A More Interesting Windows Subsystem for Linux Benchmark

Submitted by co60ca on Thu, 09/15/2016 - 19:11

I'll preface this article by saying I'm not a Windows or Linux expert, I know some of the internals of how a general operating system work and applied that knowledge to WSL and Linux.

If you haven't been on the internet or watching the news in some time you may not have heard of Bash for Windows, or perhaps more correctly, Windows Subsystem for Linux. This tool is ground breaking for Microsoft not because it lets you use the bash (bourne again shell) but rather that it lets you run native Linux binaries on a Windows operating system. Many tech reporters are missing the point of WSL's utility. 

This article provides some arguably misleading and non informative statistics. In my article I intend to instead provide an extreme case that will allow you to make your own inferences on the performance of WSL and under which circumstances it will perform best rather than providing statistics based on naïve understanding of the tools. The article in question ran one test that was rather deceiving:
 

dd if=/dev/zero of=testfile bs=1G count=1 oflag=dsync

Apparently, in WSL the translation layer ignores the synchronization. Therefore, whereas using oflag=dsync on Linux would obviously result in poor performance it performs so-so on the WSL. Instead of redoing the test without the flag the author chose to include this one. Why they did this? I suppose the forgot the reason they were writing the article and wanted to show an edge case.

For a more interesting benchmark for WSL we look at how WSL work under the hood. More details are available here, however the only important part to know is that operations that do not include syscalls will be fast on both systems, and anything that includes syscalls with be reasonably slower. We then, iterate over these slow syscalls to get an application that runs in a long enough time that we can determine that the difference in time is not due to chance and with a high enough time resolution to compare.

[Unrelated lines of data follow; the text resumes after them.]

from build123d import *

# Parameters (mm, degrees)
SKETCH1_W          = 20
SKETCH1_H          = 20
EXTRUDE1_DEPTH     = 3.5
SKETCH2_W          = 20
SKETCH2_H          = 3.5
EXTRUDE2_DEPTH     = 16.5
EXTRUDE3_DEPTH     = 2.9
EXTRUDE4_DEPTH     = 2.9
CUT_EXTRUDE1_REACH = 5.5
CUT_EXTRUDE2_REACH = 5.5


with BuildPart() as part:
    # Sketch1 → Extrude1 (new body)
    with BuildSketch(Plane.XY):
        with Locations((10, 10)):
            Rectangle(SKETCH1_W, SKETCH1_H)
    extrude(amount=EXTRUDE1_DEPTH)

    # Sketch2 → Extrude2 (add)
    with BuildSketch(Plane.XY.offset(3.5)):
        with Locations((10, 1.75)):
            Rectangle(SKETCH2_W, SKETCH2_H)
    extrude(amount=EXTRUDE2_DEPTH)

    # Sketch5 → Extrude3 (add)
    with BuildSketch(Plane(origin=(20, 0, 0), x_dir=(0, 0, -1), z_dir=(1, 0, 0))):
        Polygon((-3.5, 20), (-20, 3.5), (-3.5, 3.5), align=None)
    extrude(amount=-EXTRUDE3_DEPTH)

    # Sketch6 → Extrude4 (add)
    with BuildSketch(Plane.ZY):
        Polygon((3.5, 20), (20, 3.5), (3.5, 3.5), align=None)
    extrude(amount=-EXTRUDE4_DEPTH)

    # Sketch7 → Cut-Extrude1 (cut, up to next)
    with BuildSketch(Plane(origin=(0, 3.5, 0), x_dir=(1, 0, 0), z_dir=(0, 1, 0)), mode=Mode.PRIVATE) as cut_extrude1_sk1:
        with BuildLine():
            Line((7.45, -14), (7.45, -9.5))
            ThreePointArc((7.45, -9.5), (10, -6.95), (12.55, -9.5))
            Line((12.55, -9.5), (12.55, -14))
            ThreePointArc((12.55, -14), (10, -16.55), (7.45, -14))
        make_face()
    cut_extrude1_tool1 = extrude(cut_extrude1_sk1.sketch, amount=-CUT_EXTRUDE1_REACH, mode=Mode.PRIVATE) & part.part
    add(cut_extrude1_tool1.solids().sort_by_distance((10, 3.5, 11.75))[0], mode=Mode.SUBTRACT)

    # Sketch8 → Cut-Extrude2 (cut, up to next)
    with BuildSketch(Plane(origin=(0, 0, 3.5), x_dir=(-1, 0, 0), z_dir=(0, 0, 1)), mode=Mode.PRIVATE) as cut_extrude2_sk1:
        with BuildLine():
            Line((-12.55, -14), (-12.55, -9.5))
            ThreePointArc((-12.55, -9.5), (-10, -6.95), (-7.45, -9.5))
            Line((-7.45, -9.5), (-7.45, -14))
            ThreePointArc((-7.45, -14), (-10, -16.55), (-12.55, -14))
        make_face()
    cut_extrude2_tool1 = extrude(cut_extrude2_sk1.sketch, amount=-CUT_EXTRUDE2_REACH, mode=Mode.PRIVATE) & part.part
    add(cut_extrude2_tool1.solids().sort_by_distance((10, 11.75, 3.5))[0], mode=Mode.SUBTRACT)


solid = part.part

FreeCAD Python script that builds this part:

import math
import FreeCAD as App
import Part
import Sketcher
from FreeCAD import Vector


def add_polygon(sketch, points):
    """Adds a closed chain of lines whose ends are joined by coincident constraints."""
    first, n = sketch.GeometryCount, len(points)
    for a, b in zip(points, points[1:] + points[:1]):
        sketch.addGeometry(Part.LineSegment(App.Vector(*a, 0), App.Vector(*b, 0)), False)
    for i in range(n):
        sketch.addConstraint(Sketcher.Constraint("Coincident", first + i, 2, first + (i + 1) % n, 1))

doc = App.newDocument("Part")
body = doc.addObject("PartDesign::Body", "Body")

# Sketch on XY plane
sketch1 = body.newObject("Sketcher::SketchObject", "Sketch")
sketch1.AttachmentSupport = (doc.getObject("XY_Plane"), [""])
sketch1.MapMode = "FlatFace"
add_polygon(sketch1, [(0, 20), (0, 0), (20, 0), (20, 20)])  # lines 0-3
sketch1.addConstraint([
    Sketcher.Constraint("Vertical", 0),
    Sketcher.Constraint("Horizontal", 1),
    Sketcher.Constraint("Vertical", 2),
    Sketcher.Constraint("Horizontal", 3),
    Sketcher.Constraint("Coincident", 0, 2, -1, 1),
    Sketcher.Constraint("Equal", 3, 0),
    Sketcher.Constraint("DistanceX", 1, 1, 1, 2, 20.0),
])
pad1 = body.newObject("PartDesign::Pad", "Pad")
pad1.Profile = sketch1
pad1.Length = 3.5

# Sketch on XY plane
sketch2 = body.newObject("Sketcher::SketchObject", "Sketch001")
sketch2.AttachmentSupport = (doc.getObject("XY_Plane"), [""])
sketch2.MapMode = "FlatFace"
sketch2.AttachmentOffset = App.Placement(Vector(0, 0, 3.5), App.Rotation())
add_polygon(sketch2, [(0, 3.5), (0, 0), (20, 0), (20, 3.5)])  # lines 0-3
sketch2.addConstraint([
    Sketcher.Constraint("Vertical", 0),
    Sketcher.Constraint("Horizontal", 1),
    Sketcher.Constraint("Vertical", 2),
    Sketcher.Constraint("Horizontal", 3),
    Sketcher.Constraint("Coincident", 0, 2, -1, 1),
    Sketcher.Constraint("DistanceX", 1, 1, 1, 2, 20.0),
    Sketcher.Constraint("DistanceY", 0, 2, 0, 1, 3.5),
])
pad2 = body.newObject("PartDesign::Pad", "Pad001")
pad2.Profile = sketch2
pad2.Length = 16.5

# Sketch on YZ plane
sketch3 = body.newObject("Sketcher::SketchObject", "Sketch002")
sketch3.AttachmentSupport = (doc.getObject("YZ_Plane"), [""])
sketch3.MapMode = "FlatFace"
sketch3.AttachmentOffset = App.Placement(Vector(0, 0, 20), App.Rotation())
add_polygon(sketch3, [(20, 4), (4, 20), (4, 4)])  # lines 0-2
sketch3.addConstraint([
    Sketcher.Constraint("Vertical", 1),
    Sketcher.Constraint("Horizontal", 2),
    Sketcher.Constraint("Equal", 2, 1),
    Sketcher.Constraint("DistanceX", 2, 1, 2, 2, 16.5),
    Sketcher.Constraint("DistanceY", -1, 1, 0, 2, 20.0),
    Sketcher.Constraint("DistanceX", -1, 1, 2, 2, 20.0),
])
pad3 = body.newObject("PartDesign::Pad", "Pad002")
pad3.Profile = sketch3
pad3.Length = 2.9
pad3.Reversed = True

# Sketch on YZ plane
sketch4 = body.newObject("Sketcher::SketchObject", "Sketch003")
sketch4.AttachmentSupport = (doc.getObject("YZ_Plane"), [""])
sketch4.MapMode = "FlatFace"
add_polygon(sketch4, [(4, 20), (20, 4), (4, 4)])  # lines 0-2
sketch4.addConstraint([
    Sketcher.Constraint("Horizontal", 1),
    Sketcher.Constraint("Vertical", 2),
    Sketcher.Constraint("Equal", 1, 2),
    Sketcher.Constraint("DistanceX", 1, 2, 1, 1, 16.5),
    Sketcher.Constraint("DistanceX", -1, 1, 0, 2, 20.0),
    Sketcher.Constraint("DistanceY", -1, 1, 2, 2, 20.0),
])
pad4 = body.newObject("PartDesign::Pad", "Pad003")
pad4.Profile = sketch4
pad4.Length = 2.9

# Sketch on XZ plane
sketch5 = body.newObject("Sketcher::SketchObject", "Sketch004")
sketch5.AttachmentSupport = (doc.getObject("XZ_Plane"), [""])
sketch5.MapMode = "FlatFace"
sketch5.AttachmentOffset = App.Placement(Vector(0, 0, -3.5), App.Rotation())
sketch5.addGeometry([
    Part.LineSegment(Vector(7.5, 9.5, 0), Vector(7.5, 14, 0)),
    Part.ArcOfCircle(Part.Circle(Vector(10, 14, 0), Vector(0, 0, 1), 2.5), math.radians(0), math.radians(180)),
    Part.LineSegment(Vector(12.6, 14, 0), Vector(12.6, 9.5, 0)),
    Part.ArcOfCircle(Part.Circle(Vector(10, 9.5, 0), Vector(0, 0, 1), 2.5), math.radians(180), math.radians(360)),
], False)
sketch5.addConstraint([
    Sketcher.Constraint("Tangent", 0, 2, 1, 2),
    Sketcher.Constraint("Tangent", 1, 1, 2, 1),
    Sketcher.Constraint("Tangent", 2, 2, 3, 2),
    Sketcher.Constraint("Tangent", 3, 1, 0, 1),
    Sketcher.Constraint("Vertical", 0),
    Sketcher.Constraint("Vertical", 2),
    Sketcher.Constraint("Radius", 1, 2.55),
    Sketcher.Constraint("DistanceY", 0, 1, 0, 2, 4.5),
    Sketcher.Constraint("DistanceX", -1, 1, 1, 3, 10.0),
    Sketcher.Constraint("DistanceY", -1, 1, 1, 3, 14.0),
])
pocket1 = body.newObject("PartDesign::Pocket", "Pocket")
pocket1.Profile = sketch5
pocket1.Type = "UpToFirst"
pocket1.Reversed = True

# Sketch on XY plane
sketch6 = body.newObject("Sketcher::SketchObject", "Sketch005")
sketch6.AttachmentSupport = (doc.getObject("XY_Plane"), [""])
sketch6.MapMode = "FlatFace"
sketch6.AttachmentOffset = App.Placement(Vector(0, 0, 3.5), App.Rotation())
sketch6.addGeometry([
    Part.LineSegment(Vector(12.6, 9.5, 0), Vector(12.6, 14, 0)),
    Part.ArcOfCircle(Part.Circle(Vector(10, 14, 0), Vector(0, 0, 1), 2.5), math.radians(0), math.radians(180)),
    Part.LineSegment(Vector(7.5, 14, 0), Vector(7.5, 9.5, 0)),
    Part.ArcOfCircle(Part.Circle(Vector(10, 9.5, 0), Vector(0, 0, 1), 2.5), math.radians(180), math.radians(360)),
], False)
sketch6.addConstraint([
    Sketcher.Constraint("Tangent", 0, 2, 1, 1),
    Sketcher.Constraint("Tangent", 1, 2, 2, 1),
    Sketcher.Constraint("Tangent", 2, 2, 3, 1),
    Sketcher.Constraint("Tangent", 3, 2, 0, 1),
    Sketcher.Constraint("Vertical", 0),
    Sketcher.Constraint("Vertical", 2),
    Sketcher.Constraint("Radius", 1, 2.55),
    Sketcher.Constraint("DistanceY", 0, 1, 0, 2, 4.5),
    Sketcher.Constraint("DistanceX", -1, 1, 1, 3, 10.0),
    Sketcher.Constraint("DistanceY", -1, 1, 1, 3, 14.0),
])
pocket2 = body.newObject("PartDesign::Pocket", "Pocket001")
pocket2.Profile = sketch6
pocket2.Type = "UpToFirst"

doc.recompute()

Diagram showing the Linux programs go though Lxss.sys in order to remap the syscalls to Windows native ones.
Microsoft blog post with high level description of the execution of a Linux native application

From the image you can see that the Linux program is routed through the translation layer. What we then want to do to show stark contrast is only use code that we expect will force the translation layer to do extra work and the Linux side will cleanly execute without translation. Instead of compiling a program we use a bash script. It is Bash on Windows right?

#!/bin/bash

# 1000 iterations
for i in {0..1000}
do
    # Make a new file and ensure we write some text to it
    echo "test" >> /tmp/testfile"$i"
    # Read the file back into the sinkhole file
    echo /tmp/testfile"$i" >> /dev/null
    # Remove the file once we've read it
    rm /tmp/testfile"$i"
    # Attempt to prevent the OS from asynchronously deleting the file
    # This code never actually runs the inner section and was just a safeguard,
    # It however attempts to stat the file which is also a syscall
    while [ "$(stat /tmp/testfile$i 2> /dev/null" ]; do
        echo "File was not deleted yet"
    done
done

Additionally, the above code was run 5 times to get a range of performances.

WSL Performance
Trial real user sys
1 27.268s 0.875s 25.719s
2 28.000s 0.781s 26.516s
3 28.219s 0.891s 26.563s
4 27.323s 0.953s 25.578s
5 27.437s 0.875s 25.469s
Avg 27.6494s 0.875s 25.969s

 

Linux Performance
Trial real user sys
1 1.526s 0.063s 0.233s
2 1.526s 0.083s 0.217s
3 1.508s 0.100s 0.200s
4 1.491s 0.087s 0.203s
5 1.519s 0.097s 0.200s
Avg 1.514s 0.086s 0.2106s

 

In conclusion, we can see that Windows took 18.26x longer than Linux for this benchmark. Obviously this is not a perfect example of a correct use case but the performance of syscalls on WSL should be a concern if you intend to write applications or optimize applications for WSL. Applications that heavily rely on system operations will be significantly worse on WSL. Optimizations can be made by reducing the number of syscalls in your application if at all possible.